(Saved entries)

----

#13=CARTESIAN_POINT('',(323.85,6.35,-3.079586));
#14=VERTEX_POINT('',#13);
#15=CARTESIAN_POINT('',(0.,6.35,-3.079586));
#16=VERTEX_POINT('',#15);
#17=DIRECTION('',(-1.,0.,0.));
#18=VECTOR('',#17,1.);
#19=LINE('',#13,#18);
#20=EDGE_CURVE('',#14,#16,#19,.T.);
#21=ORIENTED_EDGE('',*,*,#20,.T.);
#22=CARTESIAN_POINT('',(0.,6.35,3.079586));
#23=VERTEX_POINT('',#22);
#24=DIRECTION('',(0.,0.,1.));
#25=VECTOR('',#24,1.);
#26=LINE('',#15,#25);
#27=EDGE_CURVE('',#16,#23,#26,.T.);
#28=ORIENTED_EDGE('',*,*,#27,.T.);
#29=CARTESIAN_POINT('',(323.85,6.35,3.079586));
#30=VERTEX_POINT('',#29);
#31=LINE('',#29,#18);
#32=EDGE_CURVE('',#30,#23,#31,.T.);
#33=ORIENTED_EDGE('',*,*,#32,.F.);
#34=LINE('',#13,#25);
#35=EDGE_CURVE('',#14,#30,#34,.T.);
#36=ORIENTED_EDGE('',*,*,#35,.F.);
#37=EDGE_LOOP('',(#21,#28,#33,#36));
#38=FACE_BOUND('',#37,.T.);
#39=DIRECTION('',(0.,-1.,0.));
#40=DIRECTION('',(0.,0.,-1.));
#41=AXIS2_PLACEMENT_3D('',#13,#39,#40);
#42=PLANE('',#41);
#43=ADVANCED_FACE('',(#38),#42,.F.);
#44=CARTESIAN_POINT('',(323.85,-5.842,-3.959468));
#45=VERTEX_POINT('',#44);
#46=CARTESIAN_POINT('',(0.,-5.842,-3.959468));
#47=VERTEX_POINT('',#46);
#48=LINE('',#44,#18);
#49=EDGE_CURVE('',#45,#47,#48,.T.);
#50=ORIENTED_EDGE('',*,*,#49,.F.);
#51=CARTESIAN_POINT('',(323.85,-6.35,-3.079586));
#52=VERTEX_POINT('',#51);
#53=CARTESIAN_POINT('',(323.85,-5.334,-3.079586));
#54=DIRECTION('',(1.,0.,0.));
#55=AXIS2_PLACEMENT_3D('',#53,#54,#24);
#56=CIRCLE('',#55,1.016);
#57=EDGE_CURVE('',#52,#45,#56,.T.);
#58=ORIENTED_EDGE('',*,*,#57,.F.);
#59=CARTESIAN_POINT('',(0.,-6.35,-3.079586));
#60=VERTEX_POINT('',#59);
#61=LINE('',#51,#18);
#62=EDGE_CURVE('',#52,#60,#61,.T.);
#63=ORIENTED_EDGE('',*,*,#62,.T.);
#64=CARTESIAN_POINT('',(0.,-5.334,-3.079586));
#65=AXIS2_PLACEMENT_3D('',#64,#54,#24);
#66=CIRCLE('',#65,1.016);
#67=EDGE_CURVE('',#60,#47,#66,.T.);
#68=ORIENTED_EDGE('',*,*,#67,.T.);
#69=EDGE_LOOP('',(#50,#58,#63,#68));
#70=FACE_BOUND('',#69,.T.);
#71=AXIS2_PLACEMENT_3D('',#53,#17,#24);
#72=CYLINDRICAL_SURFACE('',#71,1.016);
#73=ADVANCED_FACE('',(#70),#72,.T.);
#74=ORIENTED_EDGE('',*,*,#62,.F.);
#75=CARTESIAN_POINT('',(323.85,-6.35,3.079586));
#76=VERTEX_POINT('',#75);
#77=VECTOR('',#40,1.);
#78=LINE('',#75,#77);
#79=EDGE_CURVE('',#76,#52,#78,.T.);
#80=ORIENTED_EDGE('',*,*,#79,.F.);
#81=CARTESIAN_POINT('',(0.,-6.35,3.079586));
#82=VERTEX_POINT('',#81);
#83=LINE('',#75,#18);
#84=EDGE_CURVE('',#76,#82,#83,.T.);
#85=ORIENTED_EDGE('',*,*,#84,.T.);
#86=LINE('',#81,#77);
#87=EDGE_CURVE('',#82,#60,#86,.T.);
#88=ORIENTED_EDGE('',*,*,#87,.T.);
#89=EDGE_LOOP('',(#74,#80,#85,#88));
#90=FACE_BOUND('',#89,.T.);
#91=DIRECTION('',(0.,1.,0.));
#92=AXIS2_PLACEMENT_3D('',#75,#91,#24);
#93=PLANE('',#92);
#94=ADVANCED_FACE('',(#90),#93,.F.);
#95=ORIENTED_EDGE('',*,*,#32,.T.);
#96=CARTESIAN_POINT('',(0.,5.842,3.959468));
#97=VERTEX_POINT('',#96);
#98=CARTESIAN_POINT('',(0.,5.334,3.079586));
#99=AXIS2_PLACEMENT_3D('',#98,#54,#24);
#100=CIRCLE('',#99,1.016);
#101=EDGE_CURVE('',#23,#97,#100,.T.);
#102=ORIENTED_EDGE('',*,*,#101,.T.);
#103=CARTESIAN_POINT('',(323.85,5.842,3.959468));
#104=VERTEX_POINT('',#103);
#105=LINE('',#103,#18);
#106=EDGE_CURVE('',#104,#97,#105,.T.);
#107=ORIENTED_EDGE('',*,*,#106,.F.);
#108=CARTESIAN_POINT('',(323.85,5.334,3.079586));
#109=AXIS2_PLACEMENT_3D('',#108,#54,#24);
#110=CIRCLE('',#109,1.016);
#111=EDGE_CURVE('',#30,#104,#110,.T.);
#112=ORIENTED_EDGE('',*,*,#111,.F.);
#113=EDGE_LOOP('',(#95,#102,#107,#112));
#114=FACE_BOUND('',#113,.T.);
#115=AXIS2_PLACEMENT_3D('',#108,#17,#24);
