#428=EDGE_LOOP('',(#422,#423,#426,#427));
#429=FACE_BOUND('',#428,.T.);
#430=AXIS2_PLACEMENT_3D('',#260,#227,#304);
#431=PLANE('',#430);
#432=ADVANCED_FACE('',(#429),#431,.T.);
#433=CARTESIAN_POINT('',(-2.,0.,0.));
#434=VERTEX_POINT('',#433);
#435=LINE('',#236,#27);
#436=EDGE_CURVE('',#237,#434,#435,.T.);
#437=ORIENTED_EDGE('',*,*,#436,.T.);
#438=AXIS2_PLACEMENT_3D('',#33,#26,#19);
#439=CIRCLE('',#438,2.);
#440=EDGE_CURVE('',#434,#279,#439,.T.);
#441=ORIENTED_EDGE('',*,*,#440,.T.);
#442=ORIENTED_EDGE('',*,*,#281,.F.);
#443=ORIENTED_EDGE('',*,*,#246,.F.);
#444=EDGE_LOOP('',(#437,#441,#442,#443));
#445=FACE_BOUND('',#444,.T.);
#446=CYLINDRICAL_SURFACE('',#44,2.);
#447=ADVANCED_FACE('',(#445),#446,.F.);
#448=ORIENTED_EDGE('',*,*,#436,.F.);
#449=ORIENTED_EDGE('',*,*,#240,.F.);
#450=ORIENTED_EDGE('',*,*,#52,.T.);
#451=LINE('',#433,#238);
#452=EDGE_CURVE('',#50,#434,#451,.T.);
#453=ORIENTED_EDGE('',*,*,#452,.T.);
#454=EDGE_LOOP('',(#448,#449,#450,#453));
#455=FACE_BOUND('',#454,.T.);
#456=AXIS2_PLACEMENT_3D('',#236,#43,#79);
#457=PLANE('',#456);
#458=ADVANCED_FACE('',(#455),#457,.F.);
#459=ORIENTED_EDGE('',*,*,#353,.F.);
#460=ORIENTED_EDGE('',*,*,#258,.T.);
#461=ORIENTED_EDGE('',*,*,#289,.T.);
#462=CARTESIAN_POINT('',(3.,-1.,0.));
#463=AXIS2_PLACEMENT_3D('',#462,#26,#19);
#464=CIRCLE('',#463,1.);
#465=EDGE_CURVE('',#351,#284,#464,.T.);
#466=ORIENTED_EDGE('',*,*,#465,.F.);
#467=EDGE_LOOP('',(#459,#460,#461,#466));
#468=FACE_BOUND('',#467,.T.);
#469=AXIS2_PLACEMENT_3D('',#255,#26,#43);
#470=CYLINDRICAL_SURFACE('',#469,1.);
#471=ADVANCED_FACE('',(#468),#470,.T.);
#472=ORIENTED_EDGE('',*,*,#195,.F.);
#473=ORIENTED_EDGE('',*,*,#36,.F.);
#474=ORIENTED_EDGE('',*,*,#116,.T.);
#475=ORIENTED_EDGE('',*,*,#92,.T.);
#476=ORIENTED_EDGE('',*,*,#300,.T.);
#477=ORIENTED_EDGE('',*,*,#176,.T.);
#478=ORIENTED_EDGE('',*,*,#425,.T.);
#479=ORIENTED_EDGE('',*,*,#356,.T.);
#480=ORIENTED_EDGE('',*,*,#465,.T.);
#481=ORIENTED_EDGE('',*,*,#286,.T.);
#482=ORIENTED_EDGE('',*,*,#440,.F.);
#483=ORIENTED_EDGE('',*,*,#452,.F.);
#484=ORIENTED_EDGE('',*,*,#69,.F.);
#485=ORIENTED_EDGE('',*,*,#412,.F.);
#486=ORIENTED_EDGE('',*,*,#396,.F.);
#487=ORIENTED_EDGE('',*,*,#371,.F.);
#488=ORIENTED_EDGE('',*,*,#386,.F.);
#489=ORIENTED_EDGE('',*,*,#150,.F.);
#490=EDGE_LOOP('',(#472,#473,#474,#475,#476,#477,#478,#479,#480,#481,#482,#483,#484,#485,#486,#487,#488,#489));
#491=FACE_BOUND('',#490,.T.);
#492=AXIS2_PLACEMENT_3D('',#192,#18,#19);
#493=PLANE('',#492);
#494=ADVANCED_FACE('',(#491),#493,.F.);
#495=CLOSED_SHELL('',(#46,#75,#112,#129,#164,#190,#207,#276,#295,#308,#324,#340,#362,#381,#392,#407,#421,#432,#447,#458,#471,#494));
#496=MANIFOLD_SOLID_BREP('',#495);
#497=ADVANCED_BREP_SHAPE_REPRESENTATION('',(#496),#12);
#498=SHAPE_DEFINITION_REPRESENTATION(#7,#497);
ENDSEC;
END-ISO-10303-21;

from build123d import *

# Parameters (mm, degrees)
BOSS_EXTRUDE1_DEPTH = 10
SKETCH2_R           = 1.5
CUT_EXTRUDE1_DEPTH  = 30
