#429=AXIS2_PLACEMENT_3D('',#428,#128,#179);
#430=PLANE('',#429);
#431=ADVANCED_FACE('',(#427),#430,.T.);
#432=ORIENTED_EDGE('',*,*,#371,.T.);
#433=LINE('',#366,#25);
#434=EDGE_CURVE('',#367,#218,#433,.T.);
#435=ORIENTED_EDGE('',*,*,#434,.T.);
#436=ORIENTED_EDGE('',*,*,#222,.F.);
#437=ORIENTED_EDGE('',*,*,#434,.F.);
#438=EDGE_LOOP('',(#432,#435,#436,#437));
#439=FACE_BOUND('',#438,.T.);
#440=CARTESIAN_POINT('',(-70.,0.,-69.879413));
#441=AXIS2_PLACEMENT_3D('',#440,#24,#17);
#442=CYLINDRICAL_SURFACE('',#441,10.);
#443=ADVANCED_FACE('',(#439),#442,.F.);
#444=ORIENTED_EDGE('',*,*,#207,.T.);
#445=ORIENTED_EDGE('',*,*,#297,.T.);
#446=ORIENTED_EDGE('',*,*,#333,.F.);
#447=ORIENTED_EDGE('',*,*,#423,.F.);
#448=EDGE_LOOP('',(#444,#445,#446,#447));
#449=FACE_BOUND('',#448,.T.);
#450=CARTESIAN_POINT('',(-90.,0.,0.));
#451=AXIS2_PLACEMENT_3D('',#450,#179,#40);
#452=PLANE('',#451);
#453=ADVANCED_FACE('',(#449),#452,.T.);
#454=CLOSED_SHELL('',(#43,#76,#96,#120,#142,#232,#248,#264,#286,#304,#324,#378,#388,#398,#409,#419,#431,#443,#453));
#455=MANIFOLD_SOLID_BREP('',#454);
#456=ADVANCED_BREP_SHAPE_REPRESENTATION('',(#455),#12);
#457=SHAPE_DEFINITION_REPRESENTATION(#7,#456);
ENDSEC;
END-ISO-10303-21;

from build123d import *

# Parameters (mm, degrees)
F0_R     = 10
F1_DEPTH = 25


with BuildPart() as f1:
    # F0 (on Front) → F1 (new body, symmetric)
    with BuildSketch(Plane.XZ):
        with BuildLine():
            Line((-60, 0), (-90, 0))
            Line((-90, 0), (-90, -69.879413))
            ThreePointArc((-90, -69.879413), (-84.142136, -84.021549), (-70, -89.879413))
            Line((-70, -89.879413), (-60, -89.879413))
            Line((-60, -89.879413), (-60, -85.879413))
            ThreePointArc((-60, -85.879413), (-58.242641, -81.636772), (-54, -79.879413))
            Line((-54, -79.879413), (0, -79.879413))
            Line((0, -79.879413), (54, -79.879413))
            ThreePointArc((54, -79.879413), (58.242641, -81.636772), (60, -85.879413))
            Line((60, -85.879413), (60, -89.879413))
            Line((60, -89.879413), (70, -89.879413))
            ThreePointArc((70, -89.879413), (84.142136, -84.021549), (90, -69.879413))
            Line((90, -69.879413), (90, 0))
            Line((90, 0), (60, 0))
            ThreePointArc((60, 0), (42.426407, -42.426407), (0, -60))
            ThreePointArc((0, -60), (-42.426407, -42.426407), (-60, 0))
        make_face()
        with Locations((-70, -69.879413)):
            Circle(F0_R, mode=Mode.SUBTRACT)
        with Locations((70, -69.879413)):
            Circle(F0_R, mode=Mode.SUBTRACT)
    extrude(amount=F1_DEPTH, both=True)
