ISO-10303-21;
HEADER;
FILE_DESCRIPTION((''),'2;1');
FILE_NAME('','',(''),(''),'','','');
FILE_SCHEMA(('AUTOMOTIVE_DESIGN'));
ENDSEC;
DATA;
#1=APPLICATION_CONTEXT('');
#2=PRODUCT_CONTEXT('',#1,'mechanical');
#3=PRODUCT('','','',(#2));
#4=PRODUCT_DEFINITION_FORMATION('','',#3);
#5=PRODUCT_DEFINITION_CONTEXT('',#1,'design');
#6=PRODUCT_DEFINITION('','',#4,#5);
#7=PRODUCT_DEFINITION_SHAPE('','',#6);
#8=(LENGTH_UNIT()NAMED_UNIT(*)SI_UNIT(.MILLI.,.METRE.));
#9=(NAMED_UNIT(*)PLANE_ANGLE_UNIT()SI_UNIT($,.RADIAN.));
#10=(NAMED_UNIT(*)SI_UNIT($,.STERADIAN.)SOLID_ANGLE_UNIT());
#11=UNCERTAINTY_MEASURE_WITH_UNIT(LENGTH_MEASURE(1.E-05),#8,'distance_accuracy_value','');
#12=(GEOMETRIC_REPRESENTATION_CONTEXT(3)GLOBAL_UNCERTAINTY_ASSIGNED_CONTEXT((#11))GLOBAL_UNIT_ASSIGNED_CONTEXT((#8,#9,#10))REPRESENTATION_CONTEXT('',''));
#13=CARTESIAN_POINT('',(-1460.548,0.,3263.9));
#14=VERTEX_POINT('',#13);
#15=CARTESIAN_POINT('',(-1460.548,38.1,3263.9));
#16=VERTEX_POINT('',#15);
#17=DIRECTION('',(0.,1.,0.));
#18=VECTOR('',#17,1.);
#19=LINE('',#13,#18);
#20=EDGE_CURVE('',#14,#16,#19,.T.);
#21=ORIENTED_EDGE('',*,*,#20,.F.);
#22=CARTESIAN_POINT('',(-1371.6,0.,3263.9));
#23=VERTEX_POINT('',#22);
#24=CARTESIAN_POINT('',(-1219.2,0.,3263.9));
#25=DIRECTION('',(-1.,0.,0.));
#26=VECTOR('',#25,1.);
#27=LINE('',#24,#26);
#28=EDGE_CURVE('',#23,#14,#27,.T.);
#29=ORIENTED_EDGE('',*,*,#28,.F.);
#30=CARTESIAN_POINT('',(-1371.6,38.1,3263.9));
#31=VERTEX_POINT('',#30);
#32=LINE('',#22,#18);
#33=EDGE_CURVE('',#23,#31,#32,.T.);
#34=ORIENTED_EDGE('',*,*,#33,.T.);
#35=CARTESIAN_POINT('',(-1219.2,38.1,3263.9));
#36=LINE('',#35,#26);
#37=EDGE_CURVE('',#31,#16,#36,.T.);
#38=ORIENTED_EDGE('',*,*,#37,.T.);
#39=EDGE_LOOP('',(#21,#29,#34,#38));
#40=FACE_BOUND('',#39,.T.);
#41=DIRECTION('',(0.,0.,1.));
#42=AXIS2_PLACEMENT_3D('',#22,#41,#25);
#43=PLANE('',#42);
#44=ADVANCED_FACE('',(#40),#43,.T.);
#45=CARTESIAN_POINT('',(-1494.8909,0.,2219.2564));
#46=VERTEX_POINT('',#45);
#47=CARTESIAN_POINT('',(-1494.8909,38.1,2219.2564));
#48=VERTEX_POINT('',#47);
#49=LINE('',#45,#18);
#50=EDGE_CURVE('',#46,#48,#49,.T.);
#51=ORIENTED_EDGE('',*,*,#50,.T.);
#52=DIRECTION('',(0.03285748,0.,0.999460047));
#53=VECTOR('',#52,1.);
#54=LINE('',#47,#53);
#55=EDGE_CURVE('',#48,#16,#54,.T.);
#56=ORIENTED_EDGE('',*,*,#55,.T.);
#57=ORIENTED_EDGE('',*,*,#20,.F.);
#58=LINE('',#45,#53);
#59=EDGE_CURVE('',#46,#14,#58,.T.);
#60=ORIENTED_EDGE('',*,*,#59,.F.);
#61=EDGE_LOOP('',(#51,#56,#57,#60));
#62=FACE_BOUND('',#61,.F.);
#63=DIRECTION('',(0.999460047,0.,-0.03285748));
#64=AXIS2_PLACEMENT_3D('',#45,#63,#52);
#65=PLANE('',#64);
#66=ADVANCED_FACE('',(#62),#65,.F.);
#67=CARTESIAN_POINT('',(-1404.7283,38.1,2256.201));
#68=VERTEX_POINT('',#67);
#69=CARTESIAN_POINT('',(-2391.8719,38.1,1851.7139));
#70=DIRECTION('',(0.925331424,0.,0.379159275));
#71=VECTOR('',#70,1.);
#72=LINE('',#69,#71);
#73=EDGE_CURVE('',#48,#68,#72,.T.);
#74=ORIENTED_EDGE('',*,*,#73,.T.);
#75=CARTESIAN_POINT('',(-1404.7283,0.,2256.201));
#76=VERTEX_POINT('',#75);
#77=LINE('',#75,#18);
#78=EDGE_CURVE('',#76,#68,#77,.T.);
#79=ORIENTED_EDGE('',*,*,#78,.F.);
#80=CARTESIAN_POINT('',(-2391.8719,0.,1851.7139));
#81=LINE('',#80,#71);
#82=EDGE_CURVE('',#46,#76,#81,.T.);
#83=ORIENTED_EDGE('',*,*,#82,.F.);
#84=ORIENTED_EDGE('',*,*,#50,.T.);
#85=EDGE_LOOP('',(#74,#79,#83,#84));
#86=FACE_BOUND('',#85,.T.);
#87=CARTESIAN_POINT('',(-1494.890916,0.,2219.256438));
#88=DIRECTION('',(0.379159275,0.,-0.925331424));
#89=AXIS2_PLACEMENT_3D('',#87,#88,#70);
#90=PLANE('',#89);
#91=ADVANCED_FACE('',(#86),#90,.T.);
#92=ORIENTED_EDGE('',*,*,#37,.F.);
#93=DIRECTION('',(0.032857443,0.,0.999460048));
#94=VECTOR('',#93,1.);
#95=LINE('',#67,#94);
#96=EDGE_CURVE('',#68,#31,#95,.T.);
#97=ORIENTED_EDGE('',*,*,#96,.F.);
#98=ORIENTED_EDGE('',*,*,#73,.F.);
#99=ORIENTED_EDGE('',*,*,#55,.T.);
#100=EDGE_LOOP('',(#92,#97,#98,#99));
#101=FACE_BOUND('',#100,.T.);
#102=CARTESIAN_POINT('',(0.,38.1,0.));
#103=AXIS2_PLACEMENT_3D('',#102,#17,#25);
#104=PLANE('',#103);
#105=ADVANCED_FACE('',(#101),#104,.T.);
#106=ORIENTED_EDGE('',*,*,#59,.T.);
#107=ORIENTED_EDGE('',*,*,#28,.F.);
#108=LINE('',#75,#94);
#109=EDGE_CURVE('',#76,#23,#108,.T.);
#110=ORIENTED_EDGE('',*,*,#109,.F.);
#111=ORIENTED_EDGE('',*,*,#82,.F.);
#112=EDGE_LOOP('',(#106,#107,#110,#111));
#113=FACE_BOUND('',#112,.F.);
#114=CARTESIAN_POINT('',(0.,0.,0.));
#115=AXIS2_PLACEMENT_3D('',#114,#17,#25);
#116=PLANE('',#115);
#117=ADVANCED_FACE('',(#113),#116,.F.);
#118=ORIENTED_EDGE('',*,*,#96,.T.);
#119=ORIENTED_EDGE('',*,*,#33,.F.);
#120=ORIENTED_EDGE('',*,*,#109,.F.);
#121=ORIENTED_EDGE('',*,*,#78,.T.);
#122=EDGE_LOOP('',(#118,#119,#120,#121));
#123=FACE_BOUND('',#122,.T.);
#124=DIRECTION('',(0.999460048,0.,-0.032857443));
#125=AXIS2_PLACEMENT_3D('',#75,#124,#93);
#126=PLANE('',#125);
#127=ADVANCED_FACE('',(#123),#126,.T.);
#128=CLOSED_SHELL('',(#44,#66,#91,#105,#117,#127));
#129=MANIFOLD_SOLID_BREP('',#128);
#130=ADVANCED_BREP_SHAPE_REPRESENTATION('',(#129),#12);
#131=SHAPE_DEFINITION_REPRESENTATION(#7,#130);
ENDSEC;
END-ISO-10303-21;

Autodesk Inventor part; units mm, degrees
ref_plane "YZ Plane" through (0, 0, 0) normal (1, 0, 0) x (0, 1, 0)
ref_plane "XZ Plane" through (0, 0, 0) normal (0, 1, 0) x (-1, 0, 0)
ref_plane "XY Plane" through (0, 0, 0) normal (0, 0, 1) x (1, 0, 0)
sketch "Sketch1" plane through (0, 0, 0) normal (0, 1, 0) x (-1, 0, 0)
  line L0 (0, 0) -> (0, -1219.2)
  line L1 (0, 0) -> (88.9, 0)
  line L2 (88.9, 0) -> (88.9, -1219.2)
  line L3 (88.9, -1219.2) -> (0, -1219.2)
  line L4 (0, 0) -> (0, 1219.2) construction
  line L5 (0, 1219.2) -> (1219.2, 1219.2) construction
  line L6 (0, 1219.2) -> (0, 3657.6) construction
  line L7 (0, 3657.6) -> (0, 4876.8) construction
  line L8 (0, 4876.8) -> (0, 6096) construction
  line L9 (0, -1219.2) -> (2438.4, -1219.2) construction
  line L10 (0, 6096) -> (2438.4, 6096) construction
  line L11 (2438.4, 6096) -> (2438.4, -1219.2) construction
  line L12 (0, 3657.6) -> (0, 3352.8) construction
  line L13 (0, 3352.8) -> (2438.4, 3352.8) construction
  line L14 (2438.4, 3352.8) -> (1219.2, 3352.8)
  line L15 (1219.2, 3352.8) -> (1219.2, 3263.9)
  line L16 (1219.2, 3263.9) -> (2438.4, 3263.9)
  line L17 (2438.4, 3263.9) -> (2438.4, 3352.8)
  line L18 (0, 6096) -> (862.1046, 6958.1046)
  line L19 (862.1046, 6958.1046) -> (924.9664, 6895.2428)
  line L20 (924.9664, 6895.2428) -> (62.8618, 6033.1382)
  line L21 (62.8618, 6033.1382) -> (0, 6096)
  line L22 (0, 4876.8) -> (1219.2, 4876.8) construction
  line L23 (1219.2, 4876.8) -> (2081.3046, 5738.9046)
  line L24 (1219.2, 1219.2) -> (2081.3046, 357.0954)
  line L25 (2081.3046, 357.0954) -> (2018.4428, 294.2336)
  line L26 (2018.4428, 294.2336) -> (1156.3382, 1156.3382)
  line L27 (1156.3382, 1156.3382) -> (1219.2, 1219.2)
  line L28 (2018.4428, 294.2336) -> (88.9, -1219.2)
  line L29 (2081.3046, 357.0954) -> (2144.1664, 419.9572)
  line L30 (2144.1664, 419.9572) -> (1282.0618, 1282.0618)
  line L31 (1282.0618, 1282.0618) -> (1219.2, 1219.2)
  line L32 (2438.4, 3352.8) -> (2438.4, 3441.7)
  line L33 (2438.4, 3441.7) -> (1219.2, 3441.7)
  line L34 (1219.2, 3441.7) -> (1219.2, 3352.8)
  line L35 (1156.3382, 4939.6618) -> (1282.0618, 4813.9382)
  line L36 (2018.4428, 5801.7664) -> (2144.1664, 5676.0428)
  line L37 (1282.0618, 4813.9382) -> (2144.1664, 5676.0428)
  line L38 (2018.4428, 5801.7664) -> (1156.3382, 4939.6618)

----

_REQUIRED ACTION_
The stretch of entries above that starts with the line containing "#106=EDGE_CURVE('',#104,#97,#105,.T.);" and goes on through the line containing "#446=CYLINDRICAL_SURFACE('',#44,2.);" is to be transcribed exactly, and no other line is to be transcribed.

_RESULT_
#106=EDGE_CURVE('',#104,#97,#105,.T.);
#107=ORIENTED_EDGE('',*,*,#106,.F.);
#108=CARTESIAN_POINT('',(323.85,5.334,3.079586));
#109=AXIS2_PLACEMENT_3D('',#108,#54,#24);
#110=CIRCLE('',#109,1.016);
#111=EDGE_CURVE('',#30,#104,#110,.T.);
#112=ORIENTED_EDGE('',*,*,#111,.F.);
#113=EDGE_LOOP('',(#95,#102,#107,#112));
#114=FACE_BOUND('',#113,.T.);
#115=AXIS2_PLACEMENT_3D('',#108,#17,#24);
#428=EDGE_LOOP('',(#422,#423,#426,#427));
#429=FACE_BOUND('',#428,.T.);
#430=AXIS2_PLACEMENT_3D('',#260,#227,#304);
#431=PLANE('',#430);
#432=ADVANCED_FACE('',(#429),#431,.T.);
#433=CARTESIAN_POINT('',(-2.,0.,0.));
#434=VERTEX_POINT('',#433);
#435=LINE('',#236,#27);
#436=EDGE_CURVE('',#237,#434,#435,.T.);
#437=ORIENTED_EDGE('',*,*,#436,.T.);
#438=AXIS2_PLACEMENT_3D('',#33,#26,#19);
#439=CIRCLE('',#438,2.);
#440=EDGE_CURVE('',#434,#279,#439,.T.);
#441=ORIENTED_EDGE('',*,*,#440,.T.);
#442=ORIENTED_EDGE('',*,*,#281,.F.);
#443=ORIENTED_EDGE('',*,*,#246,.F.);
#444=EDGE_LOOP('',(#437,#441,#442,#443));
#445=FACE_BOUND('',#444,.T.);
#446=CYLINDRICAL_SURFACE('',#44,2.);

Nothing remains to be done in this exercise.